> _WHAT YOU SHOULD DO_:
In the records below, some lines hold the word "origin". Copy each of those lines.
- - - -
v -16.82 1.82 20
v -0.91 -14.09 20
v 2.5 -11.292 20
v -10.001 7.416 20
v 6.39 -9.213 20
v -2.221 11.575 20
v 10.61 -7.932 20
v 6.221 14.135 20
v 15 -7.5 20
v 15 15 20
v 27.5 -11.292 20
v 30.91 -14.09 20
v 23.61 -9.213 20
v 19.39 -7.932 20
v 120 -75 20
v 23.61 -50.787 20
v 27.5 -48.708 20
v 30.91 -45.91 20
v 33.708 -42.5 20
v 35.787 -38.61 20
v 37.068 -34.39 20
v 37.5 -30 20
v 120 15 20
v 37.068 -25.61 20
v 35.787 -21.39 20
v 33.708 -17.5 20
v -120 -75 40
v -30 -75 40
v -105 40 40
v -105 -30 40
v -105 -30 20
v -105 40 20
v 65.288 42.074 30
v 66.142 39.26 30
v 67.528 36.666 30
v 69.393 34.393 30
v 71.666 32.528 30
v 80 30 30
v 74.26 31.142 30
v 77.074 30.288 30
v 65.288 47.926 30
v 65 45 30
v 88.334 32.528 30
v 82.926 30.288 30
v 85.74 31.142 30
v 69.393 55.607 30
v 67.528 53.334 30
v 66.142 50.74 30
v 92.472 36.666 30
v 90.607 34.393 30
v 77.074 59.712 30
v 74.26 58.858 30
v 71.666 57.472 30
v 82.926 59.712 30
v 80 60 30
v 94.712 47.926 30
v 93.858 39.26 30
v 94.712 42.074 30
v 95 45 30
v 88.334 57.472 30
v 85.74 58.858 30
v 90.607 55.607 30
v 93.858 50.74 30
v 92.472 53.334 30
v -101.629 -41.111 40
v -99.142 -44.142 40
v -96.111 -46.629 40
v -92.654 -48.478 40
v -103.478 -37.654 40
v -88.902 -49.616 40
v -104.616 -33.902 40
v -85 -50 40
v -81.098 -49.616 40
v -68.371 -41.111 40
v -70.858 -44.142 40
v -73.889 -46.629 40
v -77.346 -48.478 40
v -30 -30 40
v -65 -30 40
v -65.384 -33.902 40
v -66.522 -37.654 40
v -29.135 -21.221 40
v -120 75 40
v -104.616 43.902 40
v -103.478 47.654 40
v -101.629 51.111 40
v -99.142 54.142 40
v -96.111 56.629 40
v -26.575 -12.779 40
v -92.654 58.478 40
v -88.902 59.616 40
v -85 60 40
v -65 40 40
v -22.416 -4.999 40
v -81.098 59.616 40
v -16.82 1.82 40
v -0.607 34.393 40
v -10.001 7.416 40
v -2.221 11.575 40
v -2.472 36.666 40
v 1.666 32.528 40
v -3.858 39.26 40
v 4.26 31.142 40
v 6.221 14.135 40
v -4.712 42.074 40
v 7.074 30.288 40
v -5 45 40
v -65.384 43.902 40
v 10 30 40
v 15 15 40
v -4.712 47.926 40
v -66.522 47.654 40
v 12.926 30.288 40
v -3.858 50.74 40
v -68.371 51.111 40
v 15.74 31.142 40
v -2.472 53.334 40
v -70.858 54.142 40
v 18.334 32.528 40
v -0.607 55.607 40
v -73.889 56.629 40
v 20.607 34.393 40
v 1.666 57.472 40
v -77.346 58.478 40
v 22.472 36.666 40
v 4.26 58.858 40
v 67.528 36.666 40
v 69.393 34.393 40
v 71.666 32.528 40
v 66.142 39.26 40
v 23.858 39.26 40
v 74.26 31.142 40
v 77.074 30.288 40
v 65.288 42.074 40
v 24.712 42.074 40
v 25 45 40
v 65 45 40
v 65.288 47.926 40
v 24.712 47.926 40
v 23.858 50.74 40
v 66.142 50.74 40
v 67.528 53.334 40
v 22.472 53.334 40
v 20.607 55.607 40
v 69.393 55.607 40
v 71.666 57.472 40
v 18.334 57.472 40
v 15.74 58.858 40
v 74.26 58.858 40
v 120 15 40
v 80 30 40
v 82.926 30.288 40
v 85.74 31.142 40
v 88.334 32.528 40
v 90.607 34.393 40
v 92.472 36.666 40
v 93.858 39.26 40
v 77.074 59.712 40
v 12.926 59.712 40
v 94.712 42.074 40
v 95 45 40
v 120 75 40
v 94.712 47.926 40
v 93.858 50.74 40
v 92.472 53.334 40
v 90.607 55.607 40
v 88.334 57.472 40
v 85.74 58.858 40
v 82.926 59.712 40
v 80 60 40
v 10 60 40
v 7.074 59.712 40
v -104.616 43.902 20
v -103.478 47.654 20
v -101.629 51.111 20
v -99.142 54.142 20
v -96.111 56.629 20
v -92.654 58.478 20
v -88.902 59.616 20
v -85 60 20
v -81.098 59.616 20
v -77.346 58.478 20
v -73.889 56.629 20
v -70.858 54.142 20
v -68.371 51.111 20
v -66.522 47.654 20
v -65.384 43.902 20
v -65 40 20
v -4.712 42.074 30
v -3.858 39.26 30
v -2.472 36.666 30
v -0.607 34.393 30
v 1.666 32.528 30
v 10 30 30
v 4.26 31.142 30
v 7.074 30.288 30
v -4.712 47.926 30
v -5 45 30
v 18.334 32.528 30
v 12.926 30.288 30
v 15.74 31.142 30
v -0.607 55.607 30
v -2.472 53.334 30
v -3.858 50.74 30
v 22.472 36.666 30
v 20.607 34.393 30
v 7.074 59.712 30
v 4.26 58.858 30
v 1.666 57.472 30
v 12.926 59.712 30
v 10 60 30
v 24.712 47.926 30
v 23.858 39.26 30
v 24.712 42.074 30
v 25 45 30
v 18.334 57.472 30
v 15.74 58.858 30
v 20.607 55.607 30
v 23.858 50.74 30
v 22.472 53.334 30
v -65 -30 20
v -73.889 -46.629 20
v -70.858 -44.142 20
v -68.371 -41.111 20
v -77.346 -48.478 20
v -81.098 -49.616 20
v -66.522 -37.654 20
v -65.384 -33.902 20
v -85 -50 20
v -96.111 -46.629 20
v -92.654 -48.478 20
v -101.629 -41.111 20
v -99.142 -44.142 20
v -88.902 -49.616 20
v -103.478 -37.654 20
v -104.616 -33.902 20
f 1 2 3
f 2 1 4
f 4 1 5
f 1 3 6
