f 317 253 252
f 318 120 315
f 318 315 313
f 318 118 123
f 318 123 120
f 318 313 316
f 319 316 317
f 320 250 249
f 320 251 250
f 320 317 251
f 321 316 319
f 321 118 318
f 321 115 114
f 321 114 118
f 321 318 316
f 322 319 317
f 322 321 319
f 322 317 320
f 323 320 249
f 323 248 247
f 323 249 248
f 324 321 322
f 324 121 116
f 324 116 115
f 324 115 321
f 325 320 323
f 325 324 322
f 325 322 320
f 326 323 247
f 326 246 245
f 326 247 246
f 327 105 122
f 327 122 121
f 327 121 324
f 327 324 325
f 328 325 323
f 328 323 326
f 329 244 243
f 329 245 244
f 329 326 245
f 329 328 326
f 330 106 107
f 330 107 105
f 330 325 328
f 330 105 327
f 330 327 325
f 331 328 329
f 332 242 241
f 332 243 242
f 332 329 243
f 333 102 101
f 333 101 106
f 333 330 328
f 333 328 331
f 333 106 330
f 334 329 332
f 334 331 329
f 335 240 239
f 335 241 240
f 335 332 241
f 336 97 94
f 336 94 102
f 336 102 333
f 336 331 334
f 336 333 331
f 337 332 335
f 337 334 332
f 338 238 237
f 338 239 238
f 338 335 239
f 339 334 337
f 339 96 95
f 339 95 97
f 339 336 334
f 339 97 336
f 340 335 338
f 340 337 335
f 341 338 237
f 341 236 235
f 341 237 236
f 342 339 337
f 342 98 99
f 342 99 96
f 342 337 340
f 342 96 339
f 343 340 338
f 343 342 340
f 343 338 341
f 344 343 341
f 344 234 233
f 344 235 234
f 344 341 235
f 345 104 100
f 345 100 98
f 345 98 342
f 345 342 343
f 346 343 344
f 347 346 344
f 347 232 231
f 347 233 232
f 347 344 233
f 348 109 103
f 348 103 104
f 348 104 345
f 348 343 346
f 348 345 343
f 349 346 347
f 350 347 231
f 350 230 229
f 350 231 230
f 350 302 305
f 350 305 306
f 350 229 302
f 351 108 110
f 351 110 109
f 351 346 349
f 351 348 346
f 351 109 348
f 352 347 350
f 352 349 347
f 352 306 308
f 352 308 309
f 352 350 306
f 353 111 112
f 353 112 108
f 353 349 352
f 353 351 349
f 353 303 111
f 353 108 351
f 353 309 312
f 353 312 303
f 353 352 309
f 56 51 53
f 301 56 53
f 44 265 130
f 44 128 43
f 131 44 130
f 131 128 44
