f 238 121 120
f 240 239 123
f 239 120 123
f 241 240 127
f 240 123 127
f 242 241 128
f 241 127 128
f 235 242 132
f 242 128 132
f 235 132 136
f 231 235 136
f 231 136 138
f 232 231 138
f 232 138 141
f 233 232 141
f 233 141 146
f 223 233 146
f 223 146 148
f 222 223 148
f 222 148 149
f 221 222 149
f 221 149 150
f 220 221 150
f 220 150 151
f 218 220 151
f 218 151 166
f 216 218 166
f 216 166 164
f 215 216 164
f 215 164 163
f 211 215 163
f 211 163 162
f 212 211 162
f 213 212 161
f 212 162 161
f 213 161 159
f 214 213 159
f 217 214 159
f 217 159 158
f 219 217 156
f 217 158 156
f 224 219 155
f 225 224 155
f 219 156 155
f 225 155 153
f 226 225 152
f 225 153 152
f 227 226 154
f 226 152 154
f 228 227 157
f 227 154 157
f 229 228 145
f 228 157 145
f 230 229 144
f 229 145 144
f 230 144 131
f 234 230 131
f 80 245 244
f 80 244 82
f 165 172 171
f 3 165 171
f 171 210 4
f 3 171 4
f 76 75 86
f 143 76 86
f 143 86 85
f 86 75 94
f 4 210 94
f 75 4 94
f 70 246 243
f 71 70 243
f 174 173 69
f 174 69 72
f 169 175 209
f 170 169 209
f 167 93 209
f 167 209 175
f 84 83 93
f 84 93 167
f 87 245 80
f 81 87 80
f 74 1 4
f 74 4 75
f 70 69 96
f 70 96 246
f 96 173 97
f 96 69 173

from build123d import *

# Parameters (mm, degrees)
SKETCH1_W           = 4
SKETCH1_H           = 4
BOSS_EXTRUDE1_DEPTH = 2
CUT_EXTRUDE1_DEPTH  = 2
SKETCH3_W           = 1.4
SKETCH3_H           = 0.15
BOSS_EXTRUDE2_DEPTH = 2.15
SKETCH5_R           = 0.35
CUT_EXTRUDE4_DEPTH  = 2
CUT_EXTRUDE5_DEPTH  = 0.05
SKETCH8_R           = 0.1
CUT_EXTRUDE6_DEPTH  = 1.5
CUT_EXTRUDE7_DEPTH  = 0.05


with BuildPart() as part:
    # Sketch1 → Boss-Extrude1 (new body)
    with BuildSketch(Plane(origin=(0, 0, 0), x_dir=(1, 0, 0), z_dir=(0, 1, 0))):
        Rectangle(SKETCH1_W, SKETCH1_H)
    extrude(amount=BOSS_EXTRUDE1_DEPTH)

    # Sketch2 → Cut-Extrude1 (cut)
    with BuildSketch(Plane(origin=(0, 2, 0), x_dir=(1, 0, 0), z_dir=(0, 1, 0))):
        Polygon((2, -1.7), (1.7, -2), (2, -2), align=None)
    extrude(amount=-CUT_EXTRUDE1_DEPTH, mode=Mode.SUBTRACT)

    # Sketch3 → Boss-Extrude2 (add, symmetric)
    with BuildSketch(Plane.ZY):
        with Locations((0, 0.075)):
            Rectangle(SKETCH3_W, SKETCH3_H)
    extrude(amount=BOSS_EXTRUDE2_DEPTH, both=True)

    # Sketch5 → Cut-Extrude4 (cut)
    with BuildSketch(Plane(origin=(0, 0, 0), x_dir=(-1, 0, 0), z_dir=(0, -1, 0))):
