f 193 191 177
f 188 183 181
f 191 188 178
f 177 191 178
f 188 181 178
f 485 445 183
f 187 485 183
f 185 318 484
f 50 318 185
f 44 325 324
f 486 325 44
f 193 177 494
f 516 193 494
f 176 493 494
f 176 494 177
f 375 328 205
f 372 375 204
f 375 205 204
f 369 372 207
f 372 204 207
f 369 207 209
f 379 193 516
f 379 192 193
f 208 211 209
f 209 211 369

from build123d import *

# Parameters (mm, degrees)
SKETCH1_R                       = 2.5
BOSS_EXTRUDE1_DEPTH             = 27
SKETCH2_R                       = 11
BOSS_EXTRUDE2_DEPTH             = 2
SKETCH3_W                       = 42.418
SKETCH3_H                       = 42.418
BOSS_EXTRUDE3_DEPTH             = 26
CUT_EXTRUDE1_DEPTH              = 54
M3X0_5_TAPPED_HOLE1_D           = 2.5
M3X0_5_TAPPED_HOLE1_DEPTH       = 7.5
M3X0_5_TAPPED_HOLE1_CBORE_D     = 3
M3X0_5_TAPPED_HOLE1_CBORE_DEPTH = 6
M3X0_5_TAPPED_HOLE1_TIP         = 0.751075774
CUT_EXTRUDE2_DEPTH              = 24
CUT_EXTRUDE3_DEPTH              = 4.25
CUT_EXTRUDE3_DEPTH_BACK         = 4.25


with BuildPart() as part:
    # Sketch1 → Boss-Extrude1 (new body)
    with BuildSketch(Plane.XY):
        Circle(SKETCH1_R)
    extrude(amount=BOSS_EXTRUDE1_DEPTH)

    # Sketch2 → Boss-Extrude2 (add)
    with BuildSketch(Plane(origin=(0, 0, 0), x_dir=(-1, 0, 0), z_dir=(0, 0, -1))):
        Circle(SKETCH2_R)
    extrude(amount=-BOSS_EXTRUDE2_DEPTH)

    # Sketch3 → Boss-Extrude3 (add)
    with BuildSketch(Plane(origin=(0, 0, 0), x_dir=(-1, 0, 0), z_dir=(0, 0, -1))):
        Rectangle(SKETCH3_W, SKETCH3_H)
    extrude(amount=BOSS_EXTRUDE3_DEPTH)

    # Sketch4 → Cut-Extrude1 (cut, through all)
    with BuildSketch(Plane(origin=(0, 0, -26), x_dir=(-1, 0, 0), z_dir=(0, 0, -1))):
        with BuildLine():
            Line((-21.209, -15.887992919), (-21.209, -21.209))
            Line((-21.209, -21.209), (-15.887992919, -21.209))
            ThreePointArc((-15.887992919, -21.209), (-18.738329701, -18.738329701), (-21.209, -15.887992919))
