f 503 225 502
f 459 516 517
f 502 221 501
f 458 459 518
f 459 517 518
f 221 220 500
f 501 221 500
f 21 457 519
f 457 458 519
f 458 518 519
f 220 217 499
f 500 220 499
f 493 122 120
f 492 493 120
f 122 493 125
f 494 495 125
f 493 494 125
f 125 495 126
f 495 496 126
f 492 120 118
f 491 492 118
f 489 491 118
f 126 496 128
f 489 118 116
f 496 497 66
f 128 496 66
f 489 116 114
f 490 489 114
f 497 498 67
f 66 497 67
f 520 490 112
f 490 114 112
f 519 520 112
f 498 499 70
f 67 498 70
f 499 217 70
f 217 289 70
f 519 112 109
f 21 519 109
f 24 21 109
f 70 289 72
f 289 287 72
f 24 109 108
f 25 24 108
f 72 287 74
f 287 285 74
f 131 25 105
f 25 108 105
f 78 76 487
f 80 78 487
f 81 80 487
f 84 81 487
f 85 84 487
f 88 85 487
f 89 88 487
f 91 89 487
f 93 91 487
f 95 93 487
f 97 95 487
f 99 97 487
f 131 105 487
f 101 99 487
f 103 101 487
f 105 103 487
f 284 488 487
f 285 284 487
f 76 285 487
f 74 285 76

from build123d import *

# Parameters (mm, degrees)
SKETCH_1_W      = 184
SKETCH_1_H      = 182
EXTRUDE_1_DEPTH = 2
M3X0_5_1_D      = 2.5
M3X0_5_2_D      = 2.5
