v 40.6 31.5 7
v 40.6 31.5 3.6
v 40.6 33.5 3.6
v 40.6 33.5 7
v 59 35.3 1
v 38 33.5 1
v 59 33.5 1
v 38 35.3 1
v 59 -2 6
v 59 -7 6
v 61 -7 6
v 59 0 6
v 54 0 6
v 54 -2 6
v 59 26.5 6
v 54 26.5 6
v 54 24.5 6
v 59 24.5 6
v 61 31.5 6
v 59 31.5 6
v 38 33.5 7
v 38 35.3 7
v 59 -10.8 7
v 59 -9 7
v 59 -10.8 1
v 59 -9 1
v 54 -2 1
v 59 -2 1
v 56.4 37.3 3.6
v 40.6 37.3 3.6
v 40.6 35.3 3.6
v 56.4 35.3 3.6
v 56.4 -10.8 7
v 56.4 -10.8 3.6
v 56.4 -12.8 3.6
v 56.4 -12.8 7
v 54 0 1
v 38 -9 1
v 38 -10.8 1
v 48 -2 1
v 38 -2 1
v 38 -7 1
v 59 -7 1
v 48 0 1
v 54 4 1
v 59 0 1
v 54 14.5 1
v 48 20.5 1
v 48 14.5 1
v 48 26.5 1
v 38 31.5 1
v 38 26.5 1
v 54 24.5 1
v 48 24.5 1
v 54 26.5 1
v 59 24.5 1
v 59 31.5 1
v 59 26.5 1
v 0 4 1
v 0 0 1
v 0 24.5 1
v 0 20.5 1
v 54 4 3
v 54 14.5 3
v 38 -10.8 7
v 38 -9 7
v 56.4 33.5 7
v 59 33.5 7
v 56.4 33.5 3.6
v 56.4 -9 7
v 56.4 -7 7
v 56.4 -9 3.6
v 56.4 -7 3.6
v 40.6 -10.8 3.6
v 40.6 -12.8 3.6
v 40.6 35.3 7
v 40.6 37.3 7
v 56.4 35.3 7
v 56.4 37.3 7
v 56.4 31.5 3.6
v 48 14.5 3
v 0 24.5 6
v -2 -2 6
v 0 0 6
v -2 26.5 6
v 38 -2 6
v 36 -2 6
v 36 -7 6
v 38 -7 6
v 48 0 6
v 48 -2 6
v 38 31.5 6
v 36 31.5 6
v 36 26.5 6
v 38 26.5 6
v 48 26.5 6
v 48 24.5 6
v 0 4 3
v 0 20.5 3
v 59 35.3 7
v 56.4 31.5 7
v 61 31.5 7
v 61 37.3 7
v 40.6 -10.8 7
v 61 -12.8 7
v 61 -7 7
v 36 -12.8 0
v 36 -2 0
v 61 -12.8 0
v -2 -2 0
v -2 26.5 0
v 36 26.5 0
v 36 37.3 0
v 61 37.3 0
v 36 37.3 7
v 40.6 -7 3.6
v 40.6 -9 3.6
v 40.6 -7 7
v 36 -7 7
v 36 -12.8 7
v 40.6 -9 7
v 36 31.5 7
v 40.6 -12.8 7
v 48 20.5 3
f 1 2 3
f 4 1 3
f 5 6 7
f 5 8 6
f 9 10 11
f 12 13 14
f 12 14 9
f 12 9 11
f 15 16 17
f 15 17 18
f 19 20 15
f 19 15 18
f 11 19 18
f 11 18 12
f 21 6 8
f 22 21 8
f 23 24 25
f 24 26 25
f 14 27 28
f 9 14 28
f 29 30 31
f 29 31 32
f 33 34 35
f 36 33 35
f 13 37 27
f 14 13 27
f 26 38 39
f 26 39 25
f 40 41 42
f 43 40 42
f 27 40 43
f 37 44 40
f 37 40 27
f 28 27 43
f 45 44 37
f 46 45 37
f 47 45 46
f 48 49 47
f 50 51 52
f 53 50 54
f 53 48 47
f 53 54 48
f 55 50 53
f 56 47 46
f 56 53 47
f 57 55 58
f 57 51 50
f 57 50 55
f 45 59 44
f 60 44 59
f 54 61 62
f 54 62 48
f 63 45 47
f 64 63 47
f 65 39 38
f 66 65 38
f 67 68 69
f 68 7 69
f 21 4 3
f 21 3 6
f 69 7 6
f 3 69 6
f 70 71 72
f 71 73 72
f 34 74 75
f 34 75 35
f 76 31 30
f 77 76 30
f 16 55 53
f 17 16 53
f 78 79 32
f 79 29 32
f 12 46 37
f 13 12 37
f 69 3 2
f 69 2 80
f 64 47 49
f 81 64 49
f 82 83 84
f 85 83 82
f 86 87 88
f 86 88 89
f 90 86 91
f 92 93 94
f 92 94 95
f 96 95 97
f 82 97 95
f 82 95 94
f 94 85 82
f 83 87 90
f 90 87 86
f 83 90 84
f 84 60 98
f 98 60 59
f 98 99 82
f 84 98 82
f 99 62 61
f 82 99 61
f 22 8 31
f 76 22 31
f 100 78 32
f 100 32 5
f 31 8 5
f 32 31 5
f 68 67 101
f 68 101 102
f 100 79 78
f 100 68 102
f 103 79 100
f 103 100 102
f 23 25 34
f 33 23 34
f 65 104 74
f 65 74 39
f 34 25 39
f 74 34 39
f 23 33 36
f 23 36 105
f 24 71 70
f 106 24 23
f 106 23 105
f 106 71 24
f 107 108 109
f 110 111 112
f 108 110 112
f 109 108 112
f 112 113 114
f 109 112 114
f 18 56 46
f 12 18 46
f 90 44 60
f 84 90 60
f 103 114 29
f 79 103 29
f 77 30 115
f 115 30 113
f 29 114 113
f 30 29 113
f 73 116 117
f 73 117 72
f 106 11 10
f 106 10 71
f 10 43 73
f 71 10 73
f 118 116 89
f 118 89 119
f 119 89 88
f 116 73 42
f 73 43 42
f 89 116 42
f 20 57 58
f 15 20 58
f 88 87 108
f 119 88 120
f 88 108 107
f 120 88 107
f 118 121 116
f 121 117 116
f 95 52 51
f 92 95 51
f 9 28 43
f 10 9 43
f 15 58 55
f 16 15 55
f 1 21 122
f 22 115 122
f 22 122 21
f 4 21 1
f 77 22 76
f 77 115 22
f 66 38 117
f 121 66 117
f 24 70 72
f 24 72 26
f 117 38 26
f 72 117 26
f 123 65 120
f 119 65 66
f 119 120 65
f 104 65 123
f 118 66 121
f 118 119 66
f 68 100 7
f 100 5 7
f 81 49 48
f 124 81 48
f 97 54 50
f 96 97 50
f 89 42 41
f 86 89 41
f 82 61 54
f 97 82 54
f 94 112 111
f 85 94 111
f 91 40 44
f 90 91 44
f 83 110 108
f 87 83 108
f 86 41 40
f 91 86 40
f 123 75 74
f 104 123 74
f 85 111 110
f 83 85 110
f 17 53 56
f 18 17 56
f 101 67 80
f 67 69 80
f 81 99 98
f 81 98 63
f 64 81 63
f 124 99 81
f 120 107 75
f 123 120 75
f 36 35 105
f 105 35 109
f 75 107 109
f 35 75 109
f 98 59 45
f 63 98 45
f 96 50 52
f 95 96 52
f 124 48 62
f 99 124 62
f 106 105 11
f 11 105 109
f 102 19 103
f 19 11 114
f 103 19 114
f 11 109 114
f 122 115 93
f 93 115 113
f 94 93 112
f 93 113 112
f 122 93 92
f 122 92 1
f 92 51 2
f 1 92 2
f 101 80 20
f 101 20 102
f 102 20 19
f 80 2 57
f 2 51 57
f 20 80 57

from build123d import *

# Parameters (mm, degrees)
F1_DEPTH = 3
F2_DEPTH = 1
F3_DEPTH = 6
F0_W     = 15.8
F0_H     = 2
F4_DEPTH = 3.6
F7_DEPTH = 1


with BuildPart() as f1:
    # F0 (on Top) → F1 (new body)
    with BuildSketch(Plane.XY):
        Polygon((48, 20.5), (0, 20.5), (0, 4), (54, 4), (54, 14.5), (48, 14.5), align=None)
    extrude(amount=F1_DEPTH)

    # F0 (on Top) → F2 (join)
    with BuildSketch(Plane.XY):
        Polygon((0, 24.5), (0, 20.5), (48, 20.5), (48, 14.5), (54, 14.5), (54, 4), (0, 4), (0, 0), (48, 0), (48, -2), (38, -2), (38, -7), (40.6, -7), (56.4, -7), (59, -7), (59, -2), (54, -2), (54, 0), (59, 0), (59, 24.5), (54, 24.5), (54, 26.5), (59, 26.5), (59, 31.5), (56.4, 31.5), (40.6, 31.5), (38, 31.5), (38, 26.5), (48, 26.5), (48, 24.5), align=None)
        Polygon((38, 33.5), (40.6, 33.5), (56.4, 33.5), (59, 33.5), (59, 35.3), (56.4, 35.3), (40.6, 35.3), (38, 35.3), align=None)
        Polygon((56.4, -9), (40.6, -9), (38, -9), (38, -10.8), (40.6, -10.8), (56.4, -10.8), (59, -10.8), (59, -9), align=None)
    extrude(amount=F2_DEPTH)

    # F0 (on Top) → F3 (join)
    with BuildSketch(Plane.XY):
        Polygon((0, 4), (0, 20.5), (0, 24.5), (48, 24.5), (48, 26.5), (38, 26.5), (36, 26.5), (-2, 26.5), (-2, -2), (36, -2), (38, -2), (48, -2), (48, 0), (0, 0), align=None)
        Polygon((36, 26.5), (38, 26.5), (38, 31.5), (40.6, 31.5), (40.6, 33.5), (38, 33.5), (38, 35.3), (40.6, 35.3), (40.6, 37.3), (36, 37.3), align=None)
        Polygon((56.4, 33.5), (56.4, 31.5), (59, 31.5), (59, 26.5), (61, 26.5), (61, 37.3), (56.4, 37.3), (56.4, 35.3), (59, 35.3), (59, 33.5), align=None)
        Polygon((61, 26.5), (59, 26.5), (54, 26.5), (54, 24.5), (59, 24.5), (59, 0), (54, 0), (54, -2), (59, -2), (61, -2), align=None)
        Polygon((59, -7), (56.4, -7), (56.4, -9), (59, -9), (59, -10.8), (56.4, -10.8), (56.4, -12.8), (61, -12.8), (61, -2), (59, -2), align=None)
        Polygon((38, -7), (38, -2), (36, -2), (36, -12.8), (40.6, -12.8), (40.6, -10.8), (38, -10.8), (38, -9), (40.6, -9), (40.6, -7), align=None)
    extrude(amount=F3_DEPTH)

    # F0 (on Top) → F4 (join)
    with BuildSketch(Plane.XY):
        with Locations((48.5, 36.3)):
            Rectangle(F0_W, F0_H)
        with Locations((48.5, 32.5)):
            Rectangle(F0_W, F0_H)
        with Locations((48.5, -8)):
            Rectangle(F0_W, F0_H)
        with Locations((48.5, -11.8)):
            Rectangle(F0_W, F0_H)
    extrude(amount=F4_DEPTH)

    # F6 (on face) + F5 (on face) → F7 (join)
    with BuildSketch(Plane.XY.offset(6)):
        Polygon((61, 37.3), (56.4, 37.3), (56.4, 35.3), (59, 35.3), (59, 33.5), (56.4, 33.5), (56.4, 31.5), (61, 31.5), align=None)
        Polygon((61, -7), (56.4, -7), (56.4, -9), (59, -9), (59, -10.8), (56.4, -10.8), (56.4, -12.8), (61, -12.8), align=None)
    with BuildSketch(Plane.XY.offset(6)):
        Polygon((40.6, 37.3), (36, 37.3), (36, 31.5), (38, 31.5), (40.6, 31.5), (40.6, 33.5), (38, 33.5), (38, 35.3), (40.6, 35.3), align=None)
        Polygon((38, -7), (36, -7), (36, -12.8), (40.6, -12.8), (40.6, -10.8), (38, -10.8), (38, -9), (40.6, -9), (40.6, -7), align=None)
    extrude(amount=F7_DEPTH)


solid = f1.part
- - - -
> _RESULT_:
    with BuildSketch(Plane(origin=(0, 0, 0), x_dir=(1, 0, 0), z_dir=(0, 1, 0))):
    with BuildSketch(Plane(origin=(0, 2, 0), x_dir=(1, 0, 0), z_dir=(0, 1, 0))):
    with BuildSketch(Plane(origin=(0, 0, 0), x_dir=(-1, 0, 0), z_dir=(0, -1, 0))):
    with BuildSketch(Plane(origin=(0, 0, 0), x_dir=(-1, 0, 0), z_dir=(0, 0, -1))):
    with BuildSketch(Plane(origin=(0, 0, 0), x_dir=(-1, 0, 0), z_dir=(0, 0, -1))):
    with BuildSketch(Plane(origin=(0, 0, -26), x_dir=(-1, 0, 0), z_dir=(0, 0, -1))):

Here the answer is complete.